I am looking for examples of dynamical systems
- in discrete time,
- with state space $\mathbb{R}^n$ (for some arbitraty $n$),
- with a chaotic attractor $A \subset \mathbb{R}^n$ with a global basin of attraction $\text{basin}(A)= \mathbb{R}^n$.
For many classical examples I have found, such as the $2$-dimensional Henon-map, the basin of attraction of the chaotic attractor $A$ is a proper subset of $\mathbb{R}^n$ and thus the attractor is not global. However, I would explictly be interested in global attractors.
Since whatever happens outside the basin of attraction does not affect the attractor itself, you can just change the dynamics to map those points to the basin of attraction (and thus include them in it).

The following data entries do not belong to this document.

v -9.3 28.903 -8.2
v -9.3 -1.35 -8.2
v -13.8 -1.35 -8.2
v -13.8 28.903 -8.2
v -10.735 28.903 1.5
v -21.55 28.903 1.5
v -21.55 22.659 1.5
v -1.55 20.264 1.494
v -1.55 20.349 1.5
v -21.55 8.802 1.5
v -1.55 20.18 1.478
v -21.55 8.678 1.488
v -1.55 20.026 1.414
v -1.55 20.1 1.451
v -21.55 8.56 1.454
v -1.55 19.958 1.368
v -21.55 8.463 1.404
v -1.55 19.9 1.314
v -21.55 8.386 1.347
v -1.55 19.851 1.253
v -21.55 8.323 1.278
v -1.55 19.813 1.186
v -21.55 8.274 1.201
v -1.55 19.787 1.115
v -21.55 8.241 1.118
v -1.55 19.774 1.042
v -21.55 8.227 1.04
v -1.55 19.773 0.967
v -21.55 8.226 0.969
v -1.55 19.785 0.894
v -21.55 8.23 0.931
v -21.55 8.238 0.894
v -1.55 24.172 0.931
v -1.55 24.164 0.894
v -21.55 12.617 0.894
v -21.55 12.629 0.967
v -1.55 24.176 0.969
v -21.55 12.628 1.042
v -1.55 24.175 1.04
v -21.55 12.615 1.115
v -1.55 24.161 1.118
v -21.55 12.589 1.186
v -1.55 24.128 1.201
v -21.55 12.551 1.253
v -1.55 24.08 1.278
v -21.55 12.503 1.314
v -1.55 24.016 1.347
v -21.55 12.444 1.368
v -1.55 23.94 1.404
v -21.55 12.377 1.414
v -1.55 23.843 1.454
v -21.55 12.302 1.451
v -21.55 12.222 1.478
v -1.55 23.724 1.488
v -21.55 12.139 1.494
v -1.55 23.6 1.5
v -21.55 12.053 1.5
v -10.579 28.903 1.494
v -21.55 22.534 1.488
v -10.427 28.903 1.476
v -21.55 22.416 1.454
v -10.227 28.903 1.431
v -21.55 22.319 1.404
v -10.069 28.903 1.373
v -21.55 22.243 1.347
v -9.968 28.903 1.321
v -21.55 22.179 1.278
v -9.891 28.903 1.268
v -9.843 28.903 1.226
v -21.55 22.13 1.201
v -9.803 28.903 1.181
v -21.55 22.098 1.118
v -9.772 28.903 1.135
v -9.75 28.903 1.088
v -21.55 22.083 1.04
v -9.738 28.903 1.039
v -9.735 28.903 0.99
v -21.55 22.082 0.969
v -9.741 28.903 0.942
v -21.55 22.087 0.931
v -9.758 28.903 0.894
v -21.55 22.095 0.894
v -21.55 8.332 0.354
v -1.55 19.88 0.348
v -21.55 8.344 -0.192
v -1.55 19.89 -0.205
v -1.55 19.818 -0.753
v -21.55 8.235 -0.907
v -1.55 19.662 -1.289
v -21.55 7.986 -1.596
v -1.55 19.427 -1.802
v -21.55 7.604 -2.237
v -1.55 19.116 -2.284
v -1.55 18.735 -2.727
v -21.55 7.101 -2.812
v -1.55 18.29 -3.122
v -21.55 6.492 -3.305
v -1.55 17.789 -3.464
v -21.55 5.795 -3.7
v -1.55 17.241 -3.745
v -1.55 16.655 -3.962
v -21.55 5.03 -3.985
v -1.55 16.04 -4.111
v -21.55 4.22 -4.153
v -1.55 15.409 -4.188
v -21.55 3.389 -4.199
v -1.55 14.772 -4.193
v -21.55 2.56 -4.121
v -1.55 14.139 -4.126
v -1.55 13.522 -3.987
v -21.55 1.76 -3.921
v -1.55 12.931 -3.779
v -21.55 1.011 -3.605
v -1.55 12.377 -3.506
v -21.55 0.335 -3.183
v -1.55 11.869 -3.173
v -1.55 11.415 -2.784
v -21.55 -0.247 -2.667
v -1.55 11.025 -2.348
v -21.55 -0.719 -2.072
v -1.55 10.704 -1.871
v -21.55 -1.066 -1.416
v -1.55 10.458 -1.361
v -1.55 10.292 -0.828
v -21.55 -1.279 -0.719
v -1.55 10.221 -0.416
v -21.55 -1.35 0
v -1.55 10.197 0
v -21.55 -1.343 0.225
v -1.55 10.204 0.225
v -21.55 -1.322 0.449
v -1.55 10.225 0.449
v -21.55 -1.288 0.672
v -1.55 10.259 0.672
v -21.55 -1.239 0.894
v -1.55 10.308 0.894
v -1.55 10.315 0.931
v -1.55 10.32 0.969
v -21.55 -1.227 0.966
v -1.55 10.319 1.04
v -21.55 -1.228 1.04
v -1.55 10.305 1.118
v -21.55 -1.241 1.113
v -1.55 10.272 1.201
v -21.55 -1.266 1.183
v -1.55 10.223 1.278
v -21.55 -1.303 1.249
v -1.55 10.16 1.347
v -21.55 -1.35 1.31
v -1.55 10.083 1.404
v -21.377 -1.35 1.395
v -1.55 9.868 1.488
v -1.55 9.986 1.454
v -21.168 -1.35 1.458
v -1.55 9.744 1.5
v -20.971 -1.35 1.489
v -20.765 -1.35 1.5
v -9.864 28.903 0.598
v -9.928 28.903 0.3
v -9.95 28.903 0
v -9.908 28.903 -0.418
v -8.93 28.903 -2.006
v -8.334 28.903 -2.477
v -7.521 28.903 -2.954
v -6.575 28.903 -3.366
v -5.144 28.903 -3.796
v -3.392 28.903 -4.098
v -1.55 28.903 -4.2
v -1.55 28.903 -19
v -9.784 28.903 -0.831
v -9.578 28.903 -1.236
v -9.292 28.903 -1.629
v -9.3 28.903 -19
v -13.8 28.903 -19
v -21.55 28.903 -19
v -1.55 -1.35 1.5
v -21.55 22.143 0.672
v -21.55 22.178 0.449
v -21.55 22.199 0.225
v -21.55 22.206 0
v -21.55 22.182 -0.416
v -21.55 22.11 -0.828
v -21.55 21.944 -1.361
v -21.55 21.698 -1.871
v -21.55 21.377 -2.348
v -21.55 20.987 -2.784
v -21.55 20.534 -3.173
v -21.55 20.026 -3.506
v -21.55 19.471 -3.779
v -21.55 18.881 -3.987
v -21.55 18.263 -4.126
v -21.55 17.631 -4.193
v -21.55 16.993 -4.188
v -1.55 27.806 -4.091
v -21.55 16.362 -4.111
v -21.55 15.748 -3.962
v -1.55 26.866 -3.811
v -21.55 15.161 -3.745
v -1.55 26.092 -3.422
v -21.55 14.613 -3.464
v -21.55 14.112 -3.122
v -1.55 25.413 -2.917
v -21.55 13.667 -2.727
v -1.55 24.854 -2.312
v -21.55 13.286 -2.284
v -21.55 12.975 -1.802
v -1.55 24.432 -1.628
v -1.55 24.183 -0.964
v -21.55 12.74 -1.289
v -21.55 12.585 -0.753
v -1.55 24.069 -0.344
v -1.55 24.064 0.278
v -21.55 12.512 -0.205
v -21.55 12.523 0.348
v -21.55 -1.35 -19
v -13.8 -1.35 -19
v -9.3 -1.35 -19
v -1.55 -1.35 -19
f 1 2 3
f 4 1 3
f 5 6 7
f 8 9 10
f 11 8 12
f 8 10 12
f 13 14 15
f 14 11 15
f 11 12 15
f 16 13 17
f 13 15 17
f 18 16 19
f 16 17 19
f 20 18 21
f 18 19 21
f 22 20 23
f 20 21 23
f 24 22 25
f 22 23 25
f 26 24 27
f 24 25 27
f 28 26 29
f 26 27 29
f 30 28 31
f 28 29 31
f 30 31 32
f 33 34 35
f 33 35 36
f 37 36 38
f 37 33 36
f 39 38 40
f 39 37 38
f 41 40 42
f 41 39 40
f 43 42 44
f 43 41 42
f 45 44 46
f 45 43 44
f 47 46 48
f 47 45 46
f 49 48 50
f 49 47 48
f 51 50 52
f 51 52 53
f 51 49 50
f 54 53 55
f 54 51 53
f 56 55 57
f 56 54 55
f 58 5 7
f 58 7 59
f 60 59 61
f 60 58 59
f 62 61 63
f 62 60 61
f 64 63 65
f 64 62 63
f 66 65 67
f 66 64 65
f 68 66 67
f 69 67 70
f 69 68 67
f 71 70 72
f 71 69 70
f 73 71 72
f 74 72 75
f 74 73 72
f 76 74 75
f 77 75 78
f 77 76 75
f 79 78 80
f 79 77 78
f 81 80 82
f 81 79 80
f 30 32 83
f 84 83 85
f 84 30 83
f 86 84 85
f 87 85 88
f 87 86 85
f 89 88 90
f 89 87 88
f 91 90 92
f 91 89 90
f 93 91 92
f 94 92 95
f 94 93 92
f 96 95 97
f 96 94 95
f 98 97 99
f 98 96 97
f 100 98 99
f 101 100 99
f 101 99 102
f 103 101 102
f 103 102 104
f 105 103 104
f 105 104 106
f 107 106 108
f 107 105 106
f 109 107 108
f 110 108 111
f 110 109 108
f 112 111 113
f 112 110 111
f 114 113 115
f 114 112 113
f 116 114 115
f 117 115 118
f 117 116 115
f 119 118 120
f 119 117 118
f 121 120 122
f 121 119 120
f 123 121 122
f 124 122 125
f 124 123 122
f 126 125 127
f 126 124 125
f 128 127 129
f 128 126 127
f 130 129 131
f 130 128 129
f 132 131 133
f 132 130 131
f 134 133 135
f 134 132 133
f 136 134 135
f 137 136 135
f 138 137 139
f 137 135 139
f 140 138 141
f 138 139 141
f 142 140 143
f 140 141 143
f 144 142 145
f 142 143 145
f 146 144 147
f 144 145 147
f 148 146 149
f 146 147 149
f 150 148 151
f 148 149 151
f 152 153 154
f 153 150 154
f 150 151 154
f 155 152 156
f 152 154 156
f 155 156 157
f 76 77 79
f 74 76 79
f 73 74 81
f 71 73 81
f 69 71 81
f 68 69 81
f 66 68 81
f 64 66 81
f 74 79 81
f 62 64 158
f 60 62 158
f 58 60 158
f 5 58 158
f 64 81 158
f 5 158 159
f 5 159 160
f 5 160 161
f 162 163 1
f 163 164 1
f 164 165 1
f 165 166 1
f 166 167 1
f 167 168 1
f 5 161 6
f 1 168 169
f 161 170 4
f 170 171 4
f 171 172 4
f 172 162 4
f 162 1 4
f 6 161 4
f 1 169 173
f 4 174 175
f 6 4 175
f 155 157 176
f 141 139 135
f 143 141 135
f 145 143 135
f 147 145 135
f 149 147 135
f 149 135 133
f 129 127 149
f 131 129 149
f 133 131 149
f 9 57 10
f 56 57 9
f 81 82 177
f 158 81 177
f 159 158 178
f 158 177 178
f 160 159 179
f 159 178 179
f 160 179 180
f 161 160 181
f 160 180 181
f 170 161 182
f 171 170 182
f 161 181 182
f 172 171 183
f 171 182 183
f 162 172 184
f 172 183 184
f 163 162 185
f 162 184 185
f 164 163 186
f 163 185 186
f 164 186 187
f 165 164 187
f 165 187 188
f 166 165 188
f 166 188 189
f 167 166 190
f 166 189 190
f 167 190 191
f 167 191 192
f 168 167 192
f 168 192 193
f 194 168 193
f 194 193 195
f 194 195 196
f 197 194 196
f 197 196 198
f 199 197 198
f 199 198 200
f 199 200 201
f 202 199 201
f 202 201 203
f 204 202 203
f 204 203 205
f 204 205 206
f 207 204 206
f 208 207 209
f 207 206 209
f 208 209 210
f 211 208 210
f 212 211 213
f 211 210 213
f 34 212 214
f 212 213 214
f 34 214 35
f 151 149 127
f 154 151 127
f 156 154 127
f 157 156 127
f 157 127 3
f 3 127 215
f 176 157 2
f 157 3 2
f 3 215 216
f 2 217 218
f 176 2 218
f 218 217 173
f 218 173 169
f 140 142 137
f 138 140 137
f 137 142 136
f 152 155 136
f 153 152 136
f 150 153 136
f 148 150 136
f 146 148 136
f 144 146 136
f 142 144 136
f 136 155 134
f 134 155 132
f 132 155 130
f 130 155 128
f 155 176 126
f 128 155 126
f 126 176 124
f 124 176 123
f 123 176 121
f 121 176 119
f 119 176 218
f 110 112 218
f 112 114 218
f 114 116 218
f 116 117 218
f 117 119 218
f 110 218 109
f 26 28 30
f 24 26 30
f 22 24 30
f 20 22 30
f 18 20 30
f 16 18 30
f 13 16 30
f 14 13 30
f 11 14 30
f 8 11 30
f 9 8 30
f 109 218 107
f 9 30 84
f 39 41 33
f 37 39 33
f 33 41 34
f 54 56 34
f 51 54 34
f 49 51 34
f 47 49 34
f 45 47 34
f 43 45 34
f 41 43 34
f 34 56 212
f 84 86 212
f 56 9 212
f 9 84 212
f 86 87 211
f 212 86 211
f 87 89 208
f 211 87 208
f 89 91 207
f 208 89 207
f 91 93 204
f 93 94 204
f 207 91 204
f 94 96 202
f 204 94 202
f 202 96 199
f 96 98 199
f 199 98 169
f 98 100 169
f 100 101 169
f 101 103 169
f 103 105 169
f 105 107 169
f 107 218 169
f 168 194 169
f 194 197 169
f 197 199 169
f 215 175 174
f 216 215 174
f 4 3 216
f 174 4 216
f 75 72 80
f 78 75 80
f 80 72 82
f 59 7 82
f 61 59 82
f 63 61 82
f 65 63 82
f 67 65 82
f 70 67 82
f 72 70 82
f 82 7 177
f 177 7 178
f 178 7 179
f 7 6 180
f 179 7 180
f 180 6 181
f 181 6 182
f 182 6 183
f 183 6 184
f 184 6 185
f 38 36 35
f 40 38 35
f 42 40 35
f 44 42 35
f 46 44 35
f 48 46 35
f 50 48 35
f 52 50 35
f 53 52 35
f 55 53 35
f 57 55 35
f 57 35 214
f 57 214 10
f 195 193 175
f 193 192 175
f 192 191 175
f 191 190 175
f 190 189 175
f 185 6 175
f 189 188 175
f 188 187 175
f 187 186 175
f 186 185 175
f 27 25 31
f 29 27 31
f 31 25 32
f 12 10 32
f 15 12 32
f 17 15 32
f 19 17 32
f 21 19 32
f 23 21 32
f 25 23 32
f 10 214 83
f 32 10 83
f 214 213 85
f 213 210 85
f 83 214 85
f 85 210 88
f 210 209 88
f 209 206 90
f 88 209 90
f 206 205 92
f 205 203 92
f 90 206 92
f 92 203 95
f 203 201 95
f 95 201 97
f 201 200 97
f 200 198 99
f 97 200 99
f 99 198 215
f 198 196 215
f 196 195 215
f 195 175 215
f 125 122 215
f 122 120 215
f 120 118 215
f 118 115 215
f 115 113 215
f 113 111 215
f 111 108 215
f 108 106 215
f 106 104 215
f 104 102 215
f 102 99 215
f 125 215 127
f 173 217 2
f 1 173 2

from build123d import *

# Parameters (mm, degrees)
F1_DEPTH      = 24
F1_DEPTH_BACK = 1.5
F4_T1_DEPTH   = 17.3810892057
F4_T3_DEPTH   = 26.4408905281
F4_T5_DEPTH   = 26.4408905281
F4_T7_DEPTH   = 26.4408905281
F6_DEPTH      = 43.7
F7_DEPTH      = 5


# Not quite as in the source:
# - a fillet or chamfer that OpenCascade refuses, or shapes differently, is made with other operations: its cross-section is extruded or revolved along the edge and cut away or added
# - a feature names something its author has since deleted; it is built from what else it names


with BuildPart() as f1:
    # F0 (on Top) → F1 (new body, two sides)
    with BuildSketch(Plane.XY) as f1_sk:
        Polygon((-9.9499136187, 28.9028368274), (-21.5499136187, 28.9028368274), (-21.5499136187, 22.2055737048), align=None)
        Polygon((-1.5499136187, 28.9028368274), (-9.9499136187, 28.9028368274), (-21.5499136187, 22.2055737048), (-21.5499136187, 17.3558314436), align=None)
        Polygon((-1.5499136187, 21.9746335971), (-1.5499136187, 28.9028368274), (-21.5499136187, 17.3558314436), (-21.5499136187, 10.4276282133), align=None)
        Polygon((-1.5499136187, 15.0464303668), (-1.5499136187, 21.9746335971), (-21.5499136187, 10.4276282133), (-21.5499136187, 3.499424983), align=None)
        Polygon((-1.5499136187, -1.3503172782), (-1.5499136187, 10.1966881056), (-21.5499136187, -1.3503172782), align=None)
        Polygon((-1.5499136187, 10.1966881056), (-1.5499136187, 15.0464303668), (-21.5499136187, 3.499424983), (-21.5499136187, -1.3503172782), align=None)
    extrude(amount=-F1_DEPTH)
    extrude(f1_sk.sketch, amount=F1_DEPTH_BACK)

    # F0 (on Top) → F2 (revolve, cut)
    with BuildSketch(Plane.XY):
        Polygon((-21.5499136187, 17.3558314436), (-21.5499136187, 22.2055737048), (-34.8505816362, 14.5264294445), (-32.7505816362, 10.8891227486), align=None)
        Polygon((-1.5499136187, 28.9028368274), (-9.9499136187, 28.9028368274), (-21.5499136187, 22.2055737048), (-21.5499136187, 17.3558314436), align=None)
        Polygon((0, 34.6474221335), (-9.9499136187, 28.9028368274), (-1.5499136187, 28.9028368274), (2.1, 31.0101154376), align=None)
    revolve(axis=Axis((-15.3252908181, 20.9496190931, 0), (-0.8660254038, -0.5, 0)), mode=Mode.SUBTRACT)

    # F0 (on Top) → F3 (revolve, cut)
    with BuildSketch(Plane.XY):
        Polygon((-21.5499136187, -1.3503172782), (-21.5499136187, 3.499424983), (-26.7505816362, 0.4968179032), (-24.6505816362, -3.1404887927), align=None)
        Polygon((-1.5499136187, 10.1966881056), (-1.5499136187, 15.0464303668), (-21.5499136187, 3.499424983), (-21.5499136187, -1.3503172782), align=None)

For example, take the logistic map: $$ x_{t+1} = r x_t (1-x_t) $$ Its basin of attraction is the interval $(0,1)$. You can extend that basin to all of $ℝ$ like this:
$$ x_{t+1} = \begin{cases} r x_t (1-x_t) & \text{if}\quad 0<x_t<1\\ \frac{1}{π} & \text{else} \end{cases}.$$ This is admittedly very crude and it may not fulfil your desires on continuity, but doing so is a plainly technical exercise. For example the following map is a crude continuous approximation of the logistic map at $r=4$ seems chaotic at first glance:
$$ x_{t+1} = \exp \left(-8 \left(x_t-\tfrac{1}{2}\right)^2 \right) .$$